*RECORDS SUPPLIED:*
══════════

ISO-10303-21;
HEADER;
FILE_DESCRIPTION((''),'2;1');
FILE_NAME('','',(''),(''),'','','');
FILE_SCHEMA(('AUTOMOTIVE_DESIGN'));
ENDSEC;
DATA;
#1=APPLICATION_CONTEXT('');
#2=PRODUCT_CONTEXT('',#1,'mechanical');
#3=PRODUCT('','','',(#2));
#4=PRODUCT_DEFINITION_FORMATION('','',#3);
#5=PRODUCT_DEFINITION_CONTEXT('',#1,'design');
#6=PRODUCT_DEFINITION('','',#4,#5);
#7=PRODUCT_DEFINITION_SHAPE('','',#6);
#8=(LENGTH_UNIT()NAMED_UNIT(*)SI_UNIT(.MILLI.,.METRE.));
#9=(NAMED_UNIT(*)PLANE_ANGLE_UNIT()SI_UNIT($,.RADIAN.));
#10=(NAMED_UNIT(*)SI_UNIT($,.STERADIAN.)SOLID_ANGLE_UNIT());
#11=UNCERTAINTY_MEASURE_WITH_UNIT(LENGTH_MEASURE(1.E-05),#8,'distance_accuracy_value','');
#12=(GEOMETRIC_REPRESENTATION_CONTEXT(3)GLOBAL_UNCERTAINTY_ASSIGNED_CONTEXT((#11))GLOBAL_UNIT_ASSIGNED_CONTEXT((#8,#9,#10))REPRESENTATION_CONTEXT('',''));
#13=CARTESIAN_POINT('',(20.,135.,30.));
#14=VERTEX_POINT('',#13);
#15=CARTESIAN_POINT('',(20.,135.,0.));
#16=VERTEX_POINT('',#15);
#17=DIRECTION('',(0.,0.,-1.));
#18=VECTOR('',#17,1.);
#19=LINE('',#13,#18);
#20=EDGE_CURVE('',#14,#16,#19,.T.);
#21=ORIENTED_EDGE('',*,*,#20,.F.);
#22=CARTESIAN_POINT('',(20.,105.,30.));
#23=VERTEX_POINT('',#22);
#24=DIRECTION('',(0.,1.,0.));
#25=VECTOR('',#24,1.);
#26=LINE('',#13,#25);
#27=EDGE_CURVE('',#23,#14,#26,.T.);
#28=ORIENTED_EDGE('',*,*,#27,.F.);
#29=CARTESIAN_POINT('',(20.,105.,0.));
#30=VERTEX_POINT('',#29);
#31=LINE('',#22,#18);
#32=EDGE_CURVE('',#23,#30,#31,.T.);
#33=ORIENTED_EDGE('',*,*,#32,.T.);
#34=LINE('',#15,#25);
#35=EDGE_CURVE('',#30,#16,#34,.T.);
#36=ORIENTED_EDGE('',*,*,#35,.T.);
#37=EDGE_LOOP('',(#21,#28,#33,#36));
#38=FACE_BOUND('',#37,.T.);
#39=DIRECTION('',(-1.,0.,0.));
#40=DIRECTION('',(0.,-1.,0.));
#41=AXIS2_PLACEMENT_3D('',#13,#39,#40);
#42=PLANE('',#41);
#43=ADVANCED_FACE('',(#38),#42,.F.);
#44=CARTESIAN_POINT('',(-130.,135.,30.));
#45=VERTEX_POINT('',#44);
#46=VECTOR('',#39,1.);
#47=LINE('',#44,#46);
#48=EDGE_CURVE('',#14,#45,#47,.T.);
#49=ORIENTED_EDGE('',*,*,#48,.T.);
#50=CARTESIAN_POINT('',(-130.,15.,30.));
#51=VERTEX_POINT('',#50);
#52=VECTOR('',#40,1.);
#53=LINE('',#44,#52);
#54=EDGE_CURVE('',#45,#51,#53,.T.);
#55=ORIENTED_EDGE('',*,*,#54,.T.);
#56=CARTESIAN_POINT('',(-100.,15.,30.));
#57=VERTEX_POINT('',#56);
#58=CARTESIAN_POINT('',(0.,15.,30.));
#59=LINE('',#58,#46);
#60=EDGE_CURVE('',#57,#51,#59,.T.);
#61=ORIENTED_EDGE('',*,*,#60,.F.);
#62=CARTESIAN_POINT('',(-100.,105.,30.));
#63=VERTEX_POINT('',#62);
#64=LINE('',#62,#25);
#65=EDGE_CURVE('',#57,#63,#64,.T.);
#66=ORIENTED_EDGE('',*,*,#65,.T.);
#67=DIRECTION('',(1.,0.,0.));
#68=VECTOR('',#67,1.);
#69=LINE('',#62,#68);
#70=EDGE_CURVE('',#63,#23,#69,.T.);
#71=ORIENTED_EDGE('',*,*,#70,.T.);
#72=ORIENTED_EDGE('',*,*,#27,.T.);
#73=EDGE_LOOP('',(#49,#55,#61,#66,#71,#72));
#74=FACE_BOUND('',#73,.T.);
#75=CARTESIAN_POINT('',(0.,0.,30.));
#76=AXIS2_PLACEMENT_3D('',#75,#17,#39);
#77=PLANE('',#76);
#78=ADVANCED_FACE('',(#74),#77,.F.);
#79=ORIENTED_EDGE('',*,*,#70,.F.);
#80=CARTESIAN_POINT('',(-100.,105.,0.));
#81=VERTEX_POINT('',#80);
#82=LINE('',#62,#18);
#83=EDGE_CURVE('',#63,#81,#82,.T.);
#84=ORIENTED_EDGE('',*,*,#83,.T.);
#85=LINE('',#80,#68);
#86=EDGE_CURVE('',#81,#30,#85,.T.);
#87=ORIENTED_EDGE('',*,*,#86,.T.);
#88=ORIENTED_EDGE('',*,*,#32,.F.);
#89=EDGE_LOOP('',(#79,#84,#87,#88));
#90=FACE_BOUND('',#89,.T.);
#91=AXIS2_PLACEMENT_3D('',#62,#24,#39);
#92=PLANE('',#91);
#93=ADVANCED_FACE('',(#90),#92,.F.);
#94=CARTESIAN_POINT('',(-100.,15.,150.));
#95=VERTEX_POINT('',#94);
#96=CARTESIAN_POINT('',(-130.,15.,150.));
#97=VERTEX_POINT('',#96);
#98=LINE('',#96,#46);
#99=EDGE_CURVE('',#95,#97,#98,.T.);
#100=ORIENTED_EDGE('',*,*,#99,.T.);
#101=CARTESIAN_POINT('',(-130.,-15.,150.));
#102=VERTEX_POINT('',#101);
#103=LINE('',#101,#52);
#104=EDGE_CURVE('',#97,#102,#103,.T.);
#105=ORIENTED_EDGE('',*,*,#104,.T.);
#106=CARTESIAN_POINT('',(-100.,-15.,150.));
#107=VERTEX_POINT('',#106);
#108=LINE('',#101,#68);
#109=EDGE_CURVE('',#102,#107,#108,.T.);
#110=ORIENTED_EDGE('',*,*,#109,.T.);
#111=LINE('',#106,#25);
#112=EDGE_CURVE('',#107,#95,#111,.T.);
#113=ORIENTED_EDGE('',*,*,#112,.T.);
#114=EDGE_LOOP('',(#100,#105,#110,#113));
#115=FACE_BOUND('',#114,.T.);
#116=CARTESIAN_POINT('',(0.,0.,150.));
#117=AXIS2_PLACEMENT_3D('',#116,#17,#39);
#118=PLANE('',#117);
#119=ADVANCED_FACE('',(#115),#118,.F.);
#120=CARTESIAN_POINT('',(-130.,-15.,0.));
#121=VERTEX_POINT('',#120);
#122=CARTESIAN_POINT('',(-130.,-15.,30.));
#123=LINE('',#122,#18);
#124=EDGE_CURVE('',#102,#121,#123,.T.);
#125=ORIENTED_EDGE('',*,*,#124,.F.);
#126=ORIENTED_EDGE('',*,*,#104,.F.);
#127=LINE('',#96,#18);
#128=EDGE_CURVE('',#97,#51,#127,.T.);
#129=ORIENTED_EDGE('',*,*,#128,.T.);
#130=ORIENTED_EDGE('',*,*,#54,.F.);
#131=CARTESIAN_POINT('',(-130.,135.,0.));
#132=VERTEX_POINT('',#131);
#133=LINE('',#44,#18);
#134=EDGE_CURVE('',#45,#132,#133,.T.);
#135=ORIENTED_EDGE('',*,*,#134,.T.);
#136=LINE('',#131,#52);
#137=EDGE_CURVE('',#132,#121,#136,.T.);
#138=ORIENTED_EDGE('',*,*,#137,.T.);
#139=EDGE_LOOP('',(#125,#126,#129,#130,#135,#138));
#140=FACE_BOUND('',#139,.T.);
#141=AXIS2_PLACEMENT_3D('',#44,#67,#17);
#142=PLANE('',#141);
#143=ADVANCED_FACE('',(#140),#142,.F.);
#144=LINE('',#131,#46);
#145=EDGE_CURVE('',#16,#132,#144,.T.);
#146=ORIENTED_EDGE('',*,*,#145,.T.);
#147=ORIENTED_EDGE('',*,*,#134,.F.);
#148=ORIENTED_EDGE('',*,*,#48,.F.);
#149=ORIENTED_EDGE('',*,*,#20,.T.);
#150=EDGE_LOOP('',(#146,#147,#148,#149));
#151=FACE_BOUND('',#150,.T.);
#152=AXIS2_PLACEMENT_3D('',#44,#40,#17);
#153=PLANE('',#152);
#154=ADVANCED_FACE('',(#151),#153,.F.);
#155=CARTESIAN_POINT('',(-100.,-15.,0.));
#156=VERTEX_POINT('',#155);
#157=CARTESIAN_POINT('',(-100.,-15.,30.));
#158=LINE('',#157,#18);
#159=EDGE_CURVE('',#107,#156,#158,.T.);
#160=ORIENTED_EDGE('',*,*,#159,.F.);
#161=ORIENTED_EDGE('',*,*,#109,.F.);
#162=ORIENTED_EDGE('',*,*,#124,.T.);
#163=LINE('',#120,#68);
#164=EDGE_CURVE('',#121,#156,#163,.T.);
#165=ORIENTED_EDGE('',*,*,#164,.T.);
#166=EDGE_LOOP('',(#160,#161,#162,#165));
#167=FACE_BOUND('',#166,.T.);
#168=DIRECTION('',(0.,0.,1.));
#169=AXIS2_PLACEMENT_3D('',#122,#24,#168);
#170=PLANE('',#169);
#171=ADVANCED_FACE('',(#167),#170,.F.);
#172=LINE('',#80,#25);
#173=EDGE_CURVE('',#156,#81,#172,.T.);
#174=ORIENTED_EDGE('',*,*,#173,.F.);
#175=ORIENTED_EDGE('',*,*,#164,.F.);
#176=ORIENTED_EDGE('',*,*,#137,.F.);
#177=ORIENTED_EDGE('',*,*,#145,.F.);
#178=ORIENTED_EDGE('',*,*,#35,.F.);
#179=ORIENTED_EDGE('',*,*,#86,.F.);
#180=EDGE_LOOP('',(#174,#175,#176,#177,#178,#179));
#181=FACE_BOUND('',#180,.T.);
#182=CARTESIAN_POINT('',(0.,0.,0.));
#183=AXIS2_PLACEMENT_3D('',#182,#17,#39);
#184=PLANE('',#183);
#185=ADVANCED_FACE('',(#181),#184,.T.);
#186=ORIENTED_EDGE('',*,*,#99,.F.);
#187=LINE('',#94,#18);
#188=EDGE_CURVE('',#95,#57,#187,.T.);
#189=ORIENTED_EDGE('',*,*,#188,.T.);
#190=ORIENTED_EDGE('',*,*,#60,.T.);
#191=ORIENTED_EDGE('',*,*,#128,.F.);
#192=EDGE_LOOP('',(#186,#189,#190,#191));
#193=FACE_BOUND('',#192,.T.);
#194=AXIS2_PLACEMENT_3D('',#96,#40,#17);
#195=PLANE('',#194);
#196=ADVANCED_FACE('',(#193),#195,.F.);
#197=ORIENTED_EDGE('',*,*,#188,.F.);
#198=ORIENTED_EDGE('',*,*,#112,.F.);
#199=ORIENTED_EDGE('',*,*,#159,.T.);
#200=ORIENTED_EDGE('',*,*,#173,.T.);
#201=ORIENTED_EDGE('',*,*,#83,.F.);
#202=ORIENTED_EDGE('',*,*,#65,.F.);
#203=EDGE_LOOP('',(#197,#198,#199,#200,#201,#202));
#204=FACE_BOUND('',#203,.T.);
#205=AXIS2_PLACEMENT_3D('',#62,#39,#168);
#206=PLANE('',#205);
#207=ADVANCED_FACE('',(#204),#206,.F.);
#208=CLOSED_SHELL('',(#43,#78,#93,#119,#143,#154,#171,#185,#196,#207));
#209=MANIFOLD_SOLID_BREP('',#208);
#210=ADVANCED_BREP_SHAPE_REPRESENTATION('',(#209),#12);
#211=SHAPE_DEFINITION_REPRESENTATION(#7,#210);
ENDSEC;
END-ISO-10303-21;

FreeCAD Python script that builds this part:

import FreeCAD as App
import Part
import Sketcher
from FreeCAD import Vector
Q = App.Units.Quantity


def add_polygon(sketch, points):
    """Adds a closed chain of lines whose ends are joined by coincident constraints."""
    first, n = sketch.GeometryCount, len(points)
    for a, b in zip(points, points[1:] + points[:1]):
        sketch.addGeometry(Part.LineSegment(App.Vector(*a, 0), App.Vector(*b, 0)), False)
    for i in range(n):
        sketch.addConstraint(Sketcher.Constraint("Coincident", first + i, 2, first + (i + 1) % n, 1))

doc = App.newDocument("Part")
params = doc.addObject("Spreadsheet::Sheet", "Params")
for row, (alias, value) in enumerate([
    ("sketch1_width", "30 mm"),
    ("sketch1_width2", "120 mm"),
    ("pad1_length", "30 mm"),
    ("sketch2_width", "30 mm"),
    ("pad2_length", "150 mm"),
], start=1):
    params.set(f"A{row}", alias)
    params.set(f"B{row}", "=" + value)
    params.setAlias(f"B{row}", alias)

body = doc.addObject("PartDesign::Body", "Body")

# Sketch on XY plane
sketch1 = body.newObject("Sketcher::SketchObject", "Sketch")
sketch1.AttachmentSupport = (doc.getObject("XY_Plane"), [""])
sketch1.MapMode = "FlatFace"
add_polygon(sketch1, [(-130, 135), (-130, -15), (-100, -15), (-100, 105), (20, 105), (20, 135)])  # lines 0-5
sketch1.addConstraint(Sketcher.Constraint("Vertical", 0))
sketch1.addConstraint(Sketcher.Constraint("Horizontal", 1))
sketch1.addConstraint(Sketcher.Constraint("Vertical", 2))
sketch1.addConstraint(Sketcher.Constraint("Horizontal", 3))
sketch1.addConstraint(Sketcher.Constraint("Vertical", 4))
sketch1.addConstraint(Sketcher.Constraint("Horizontal", 5))
sketch1.addConstraint(Sketcher.Constraint("Equal", 5, 0))
sketch1.addConstraint(Sketcher.Constraint("Equal", 3, 2))
sketch1.addConstraint(Sketcher.Constraint("DistanceX", 1, 1, 1, 2, Q("30 mm")))
sketch1.addConstraint(Sketcher.Constraint("DistanceX", 3, 1, 3, 2, Q("120 mm")))
sketch1.addConstraint(Sketcher.Constraint("DistanceX", 0, 2, -1, 1, Q("130 mm")))
sketch1.addConstraint(Sketcher.Constraint("DistanceY", 0, 2, -1, 1, Q("15 mm")))
sketch1.setExpression("Constraints[14]", "Params.sketch1_width")
sketch1.setExpression("Constraints[15]", "Params.sketch1_width2")
pad1 = body.newObject("PartDesign::Pad", "Pad")
pad1.Profile = sketch1
pad1.setExpression("Length", "Params.pad1_length")

# Sketch on XY plane
sketch2 = body.newObject("Sketcher::SketchObject", "Sketch001")
sketch2.AttachmentSupport = (doc.getObject("XY_Plane"), [""])
sketch2.MapMode = "FlatFace"
add_polygon(sketch2, [(-130, 15), (-130, -15), (-100, -15), (-100, 15)])  # lines 0-3
sketch2.addConstraint(Sketcher.Constraint("Vertical", 0))
sketch2.addConstraint(Sketcher.Constraint("Horizontal", 1))
sketch2.addConstraint(Sketcher.Constraint("Vertical", 2))
sketch2.addConstraint(Sketcher.Constraint("Horizontal", 3))
sketch2.addConstraint(Sketcher.Constraint("Equal", 3, 0))
sketch2.addConstraint(Sketcher.Constraint("DistanceX", 1, 1, 1, 2, Q("30 mm")))
sketch2.addConstraint(Sketcher.Constraint("DistanceX", 0, 2, -1, 1, Q("130 mm")))
sketch2.addConstraint(Sketcher.Constraint("DistanceY", 0, 2, -1, 1, Q("15 mm")))
sketch2.setExpression("Constraints[9]", "Params.sketch2_width")
pad2 = body.newObject("PartDesign::Pad", "Pad001")
pad2.Profile = sketch2
pad2.setExpression("Length", "Params.pad2_length")

doc.recompute()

══════════

*PROBLEM DESCRIPTION:* Print only what lies in the material above starting at the line with "#183=AXIS2_PLACEMENT_3D('',#182,#17,#39);" and ending at the line with "#210=ADVANCED_BREP_SHAPE_REPRESENTATION('',(#209),#12);", every line exactly as given.

*WORKED SOLUTION:*
#183=AXIS2_PLACEMENT_3D('',#182,#17,#39);
#184=PLANE('',#183);
#185=ADVANCED_FACE('',(#181),#184,.T.);
#186=ORIENTED_EDGE('',*,*,#99,.F.);
#187=LINE('',#94,#18);
#188=EDGE_CURVE('',#95,#57,#187,.T.);
#189=ORIENTED_EDGE('',*,*,#188,.T.);
#190=ORIENTED_EDGE('',*,*,#60,.T.);
#191=ORIENTED_EDGE('',*,*,#128,.F.);
#192=EDGE_LOOP('',(#186,#189,#190,#191));
#193=FACE_BOUND('',#192,.T.);
#194=AXIS2_PLACEMENT_3D('',#96,#40,#17);
#195=PLANE('',#194);
#196=ADVANCED_FACE('',(#193),#195,.F.);
#197=ORIENTED_EDGE('',*,*,#188,.F.);
#198=ORIENTED_EDGE('',*,*,#112,.F.);
#199=ORIENTED_EDGE('',*,*,#159,.T.);
#200=ORIENTED_EDGE('',*,*,#173,.T.);
#201=ORIENTED_EDGE('',*,*,#83,.F.);
#202=ORIENTED_EDGE('',*,*,#65,.F.);
#203=EDGE_LOOP('',(#197,#198,#199,#200,#201,#202));
#204=FACE_BOUND('',#203,.T.);
#205=AXIS2_PLACEMENT_3D('',#62,#39,#168);
#206=PLANE('',#205);
#207=ADVANCED_FACE('',(#204),#206,.F.);
#208=CLOSED_SHELL('',(#43,#78,#93,#119,#143,#154,#171,#185,#196,#207));
#209=MANIFOLD_SOLID_BREP('',#208);
#210=ADVANCED_BREP_SHAPE_REPRESENTATION('',(#209),#12);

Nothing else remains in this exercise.